## Work instructions
Can you return the records below exactly as they stand, but only from the first line through the one with "e15 v15 v16"?
*** Block opens ***
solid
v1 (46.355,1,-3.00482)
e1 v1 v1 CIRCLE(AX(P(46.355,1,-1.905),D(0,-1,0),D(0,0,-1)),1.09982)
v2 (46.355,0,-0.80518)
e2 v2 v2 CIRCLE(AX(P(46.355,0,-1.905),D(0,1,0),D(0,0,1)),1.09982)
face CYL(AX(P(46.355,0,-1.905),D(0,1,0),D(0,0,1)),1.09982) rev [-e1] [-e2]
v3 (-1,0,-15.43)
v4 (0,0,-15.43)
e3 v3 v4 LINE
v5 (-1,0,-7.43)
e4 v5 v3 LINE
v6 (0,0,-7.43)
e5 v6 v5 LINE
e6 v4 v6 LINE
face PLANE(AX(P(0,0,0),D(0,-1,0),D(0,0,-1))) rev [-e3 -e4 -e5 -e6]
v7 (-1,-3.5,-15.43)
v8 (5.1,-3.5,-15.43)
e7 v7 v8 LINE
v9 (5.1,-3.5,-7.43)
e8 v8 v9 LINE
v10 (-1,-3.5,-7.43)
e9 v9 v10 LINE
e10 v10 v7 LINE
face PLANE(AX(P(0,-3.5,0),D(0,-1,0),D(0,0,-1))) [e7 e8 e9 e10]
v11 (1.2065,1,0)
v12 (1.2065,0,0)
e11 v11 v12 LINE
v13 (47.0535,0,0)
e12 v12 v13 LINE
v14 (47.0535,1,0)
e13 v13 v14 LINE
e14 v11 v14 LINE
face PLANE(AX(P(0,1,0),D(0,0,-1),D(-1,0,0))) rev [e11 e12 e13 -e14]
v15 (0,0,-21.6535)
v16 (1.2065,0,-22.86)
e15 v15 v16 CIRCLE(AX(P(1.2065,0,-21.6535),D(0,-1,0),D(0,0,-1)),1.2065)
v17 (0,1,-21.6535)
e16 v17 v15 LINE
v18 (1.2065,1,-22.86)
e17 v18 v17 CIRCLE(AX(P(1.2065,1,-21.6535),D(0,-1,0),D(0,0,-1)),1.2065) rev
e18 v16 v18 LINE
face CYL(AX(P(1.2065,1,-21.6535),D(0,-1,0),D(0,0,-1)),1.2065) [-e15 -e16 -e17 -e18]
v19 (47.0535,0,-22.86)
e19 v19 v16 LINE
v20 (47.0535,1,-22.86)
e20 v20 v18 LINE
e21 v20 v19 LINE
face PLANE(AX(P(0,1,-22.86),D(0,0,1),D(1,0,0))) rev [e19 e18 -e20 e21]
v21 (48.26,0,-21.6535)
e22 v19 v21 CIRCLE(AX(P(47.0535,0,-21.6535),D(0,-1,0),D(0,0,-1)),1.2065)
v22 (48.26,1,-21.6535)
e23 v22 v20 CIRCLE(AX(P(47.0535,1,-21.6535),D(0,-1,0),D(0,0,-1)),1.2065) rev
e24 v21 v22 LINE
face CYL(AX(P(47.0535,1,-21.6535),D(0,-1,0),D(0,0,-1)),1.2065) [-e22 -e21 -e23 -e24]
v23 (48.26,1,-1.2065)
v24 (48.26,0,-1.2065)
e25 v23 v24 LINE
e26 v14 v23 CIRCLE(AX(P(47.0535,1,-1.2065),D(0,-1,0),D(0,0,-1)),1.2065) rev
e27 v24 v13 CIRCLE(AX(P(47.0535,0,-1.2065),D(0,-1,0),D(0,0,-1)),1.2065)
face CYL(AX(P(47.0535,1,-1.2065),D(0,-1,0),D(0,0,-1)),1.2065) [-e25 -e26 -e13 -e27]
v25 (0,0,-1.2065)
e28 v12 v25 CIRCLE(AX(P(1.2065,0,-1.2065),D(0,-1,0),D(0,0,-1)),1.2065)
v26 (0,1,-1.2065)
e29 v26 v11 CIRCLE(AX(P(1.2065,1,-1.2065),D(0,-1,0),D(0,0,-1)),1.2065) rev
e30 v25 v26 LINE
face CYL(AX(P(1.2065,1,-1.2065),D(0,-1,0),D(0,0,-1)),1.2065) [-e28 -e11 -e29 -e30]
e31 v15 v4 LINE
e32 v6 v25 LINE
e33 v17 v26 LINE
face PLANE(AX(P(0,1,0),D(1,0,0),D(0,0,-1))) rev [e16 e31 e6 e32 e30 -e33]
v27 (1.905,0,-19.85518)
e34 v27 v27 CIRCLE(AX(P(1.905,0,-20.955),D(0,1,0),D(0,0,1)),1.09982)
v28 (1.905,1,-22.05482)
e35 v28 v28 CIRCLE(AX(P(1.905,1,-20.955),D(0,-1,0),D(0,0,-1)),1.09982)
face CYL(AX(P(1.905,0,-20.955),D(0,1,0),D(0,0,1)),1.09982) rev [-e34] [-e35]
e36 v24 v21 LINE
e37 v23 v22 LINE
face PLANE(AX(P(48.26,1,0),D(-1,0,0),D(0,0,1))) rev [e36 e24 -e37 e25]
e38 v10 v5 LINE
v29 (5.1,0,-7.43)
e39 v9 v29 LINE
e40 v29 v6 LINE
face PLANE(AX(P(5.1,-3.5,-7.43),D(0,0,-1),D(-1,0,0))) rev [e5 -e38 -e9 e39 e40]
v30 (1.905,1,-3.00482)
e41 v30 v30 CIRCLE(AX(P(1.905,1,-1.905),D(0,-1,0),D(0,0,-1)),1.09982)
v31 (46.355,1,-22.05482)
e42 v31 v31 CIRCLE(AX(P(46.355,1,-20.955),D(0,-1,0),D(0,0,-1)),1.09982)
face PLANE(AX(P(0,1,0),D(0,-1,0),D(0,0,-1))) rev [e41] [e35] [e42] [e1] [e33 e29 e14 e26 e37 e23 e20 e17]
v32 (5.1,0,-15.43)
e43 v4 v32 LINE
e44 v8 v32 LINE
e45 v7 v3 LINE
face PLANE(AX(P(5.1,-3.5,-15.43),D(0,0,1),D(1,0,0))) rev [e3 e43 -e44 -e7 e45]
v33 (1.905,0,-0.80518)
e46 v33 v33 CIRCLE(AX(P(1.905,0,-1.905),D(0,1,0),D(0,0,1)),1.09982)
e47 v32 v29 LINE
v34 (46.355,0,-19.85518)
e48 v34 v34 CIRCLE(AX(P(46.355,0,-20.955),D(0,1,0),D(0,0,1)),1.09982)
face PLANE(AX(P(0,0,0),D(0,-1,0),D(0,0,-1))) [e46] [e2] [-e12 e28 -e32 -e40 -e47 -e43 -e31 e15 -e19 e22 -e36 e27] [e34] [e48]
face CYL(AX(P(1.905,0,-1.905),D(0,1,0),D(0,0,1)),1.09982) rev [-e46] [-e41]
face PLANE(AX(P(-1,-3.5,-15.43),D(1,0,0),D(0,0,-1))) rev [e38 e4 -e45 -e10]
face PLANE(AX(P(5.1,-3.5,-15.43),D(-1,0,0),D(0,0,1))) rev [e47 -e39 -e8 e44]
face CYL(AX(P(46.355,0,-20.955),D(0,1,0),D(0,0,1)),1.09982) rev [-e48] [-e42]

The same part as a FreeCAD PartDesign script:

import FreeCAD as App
import Part
import Sketcher
from FreeCAD import Vector
Q = App.Units.Quantity


def edges_at(feature, points):
    """Names of the edges that pass closest to the given points."""
    edges = feature.Shape.Edges
    near = lambda p: min(range(len(edges)), key=lambda i: edges[i].distToShape(Part.Vertex(*p))[0])
    return sorted({f"Edge{near(p) + 1}" for p in points})


def add_polygon(sketch, points):
    """Adds a closed chain of lines whose ends are joined by coincident constraints."""
    first, n = sketch.GeometryCount, len(points)
    for a, b in zip(points, points[1:] + points[:1]):
        sketch.addGeometry(Part.LineSegment(App.Vector(*a, 0), App.Vector(*b, 0)), False)
    for i in range(n):
        sketch.addConstraint(Sketcher.Constraint("Coincident", first + i, 2, first + (i + 1) % n, 1))

doc = App.newDocument("Part")
params = doc.addObject("Spreadsheet::Sheet", "Params")
for row, (alias, value) in enumerate([
    ("sketch1_width", "48.26 mm"),
    ("sketch1_height", "22.86 mm"),
    ("pad1_length", "1 mm"),
    ("fillet_radius", "1.2065 mm"),
    ("sketch3_height", "8 mm"),
    ("sketch3_width", "6.1 mm"),
    ("pad2_length", "3.5 mm"),
], start=1):
    params.set(f"A{row}", alias)
    params.set(f"B{row}", "=" + value)
    params.setAlias(f"B{row}", alias)

body = doc.addObject("PartDesign::Body", "Body")

# Sketch on XZ plane
sketch1 = doc.addObject("Sketcher::SketchObject", "Sketch")
body.addObject(sketch1)
sketch1.AttachmentSupport = (doc.XZ_Plane, [""])
sketch1.MapMode = "FlatFace"
add_polygon(sketch1, [(0, -23), (0, 0), (48, 0), (48, -23)])  # lines 0-3
sketch1.addConstraint([
    Sketcher.Constraint("Vertical", 0),
    Sketcher.Constraint("Horizontal", 1),
    Sketcher.Constraint("Vertical", 2),
    Sketcher.Constraint("Horizontal", 3),
    Sketcher.Constraint("Coincident", 0, 2, -1, 1),
    Sketcher.Constraint("DistanceX", 1, 1, 1, 2, Q("48.26 mm")),
    Sketcher.Constraint("DistanceY", 0, 1, 0, 2, Q("22.86 mm")),
])
sketch1.setExpression("Constraints[9]", "Params.sketch1_width")
sketch1.setExpression("Constraints[10]", "Params.sketch1_height")
pad1 = doc.addObject("PartDesign::Pad", "Pad")
body.addObject(pad1)
pad1.Profile = sketch1
pad1.setExpression("Length", "Params.pad1_length")
pad1.Reversed = True

# Sketch on XZ plane
sketch2 = doc.addObject("Sketcher::SketchObject", "Sketch001")
body.addObject(sketch2)
sketch2.AttachmentSupport = (doc.XZ_Plane, [""])
sketch2.MapMode = "FlatFace"
sketch2.AttachmentOffset = App.Placement(Vector(0, 0, -1), App.Rotation())
sketch2.addGeometry([
    Part.Circle(Vector(1.9, -21, 0), Vector(0, 0, 1), 1.1),
    Part.Circle(Vector(1.9, -1.9, 0), Vector(0, 0, 1), 1.1),
    Part.Circle(Vector(46.4, -1.9, 0), Vector(0, 0, 1), 1.1),
    Part.Circle(Vector(46.4, -21, 0), Vector(0, 0, 1), 1.1),
], False)
sketch2.addConstraint([
    Sketcher.Constraint("Equal", 0, 1),
    Sketcher.Constraint("Equal", 1, 2),
    Sketcher.Constraint("Equal", 2, 3),
    Sketcher.Constraint("Horizontal", 1, 3, 2, 3),
    Sketcher.Constraint("Horizontal", 0, 3, 3, 3),
    Sketcher.Constraint("Vertical", 0, 3, 1, 3),
    Sketcher.Constraint("Vertical", 2, 3, 3, 3),
    Sketcher.Constraint("Diameter", 0, Q("2.19964 mm")),
    Sketcher.Constraint("DistanceY", 0, 3, 1, 3, Q("19.05 mm")),
    Sketcher.Constraint("DistanceX", 1, 3, 2, 3, Q("44.45 mm")),
    Sketcher.Constraint("DistanceX", -1, 1, 0, 3, Q("1.905 mm")),
    Sketcher.Constraint("DistanceY", 0, 3, -1, 1, Q("20.955 mm")),
])
pocket1 = doc.addObject("PartDesign::Pocket", "Pocket")
body.addObject(pocket1)
pocket1.Profile = sketch2
pocket1.Type = "ThroughAll"
pocket1.Midplane = True
doc.recompute()

fillet = doc.addObject("PartDesign::Fillet", "Fillet")
body.addObject(fillet)
fillet.Base = (pocket1, edges_at(pocket1, [
    (0, 0.5, -22.86),
    (48.26, 0.5, -22.86),
    (48.26, 0.5, 0),
    (0, 0.5, 0),
]))
fillet.setExpression("Radius", "Params.fillet_radius")

# Sketch on XZ plane
sketch3 = doc.addObject("Sketcher::SketchObject", "Sketch002")
body.addObject(sketch3)
sketch3.AttachmentSupport = (doc.XZ_Plane, [""])
sketch3.MapMode = "FlatFace"
add_polygon(sketch3, [(-1, -7), (-1, -15), (5, -15), (5, -7)])  # lines 0-3
sketch3.addConstraint([
    Sketcher.Constraint("Vertical", 0),
    Sketcher.Constraint("Horizontal", 1),
    Sketcher.Constraint("Vertical", 2),
    Sketcher.Constraint("Horizontal", 3),
    Sketcher.Constraint("DistanceY", 0, 2, 0, 1, Q("8 mm")),
    Sketcher.Constraint("DistanceX", 1, 1, 1, 2, Q("6.1 mm")),
    Sketcher.Constraint("DistanceX", 0, 2, -1, 1, Q("1 mm")),
    Sketcher.Constraint("DistanceY", 0, 2, -1, 1, Q("15.43 mm")),
])
sketch3.setExpression("Constraints[8]", "Params.sketch3_height")
sketch3.setExpression("Constraints[9]", "Params.sketch3_width")
pad2 = doc.addObject("PartDesign::Pad", "Pad001")
body.addObject(pad2)
pad2.Profile = sketch3
pad2.setExpression("Length", "Params.pad2_length")

doc.recompute()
*** Block closes ***
## Solution for this problem
solid
v1 (46.355,1,-3.00482)
e1 v1 v1 CIRCLE(AX(P(46.355,1,-1.905),D(0,-1,0),D(0,0,-1)),1.09982)
v2 (46.355,0,-0.80518)
e2 v2 v2 CIRCLE(AX(P(46.355,0,-1.905),D(0,1,0),D(0,0,1)),1.09982)
face CYL(AX(P(46.355,0,-1.905),D(0,1,0),D(0,0,1)),1.09982) rev [-e1] [-e2]
v3 (-1,0,-15.43)
v4 (0,0,-15.43)
e3 v3 v4 LINE
v5 (-1,0,-7.43)
e4 v5 v3 LINE
v6 (0,0,-7.43)
e5 v6 v5 LINE
e6 v4 v6 LINE
face PLANE(AX(P(0,0,0),D(0,-1,0),D(0,0,-1))) rev [-e3 -e4 -e5 -e6]
v7 (-1,-3.5,-15.43)
v8 (5.1,-3.5,-15.43)
e7 v7 v8 LINE
v9 (5.1,-3.5,-7.43)
e8 v8 v9 LINE
v10 (-1,-3.5,-7.43)
e9 v9 v10 LINE
e10 v10 v7 LINE
face PLANE(AX(P(0,-3.5,0),D(0,-1,0),D(0,0,-1))) [e7 e8 e9 e10]
v11 (1.2065,1,0)
v12 (1.2065,0,0)
e11 v11 v12 LINE
v13 (47.0535,0,0)
e12 v12 v13 LINE
v14 (47.0535,1,0)
e13 v13 v14 LINE
e14 v11 v14 LINE
face PLANE(AX(P(0,1,0),D(0,0,-1),D(-1,0,0))) rev [e11 e12 e13 -e14]
v15 (0,0,-21.6535)
v16 (1.2065,0,-22.86)
e15 v15 v16 CIRCLE(AX(P(1.2065,0,-21.6535),D(0,-1,0),D(0,0,-1)),1.2065)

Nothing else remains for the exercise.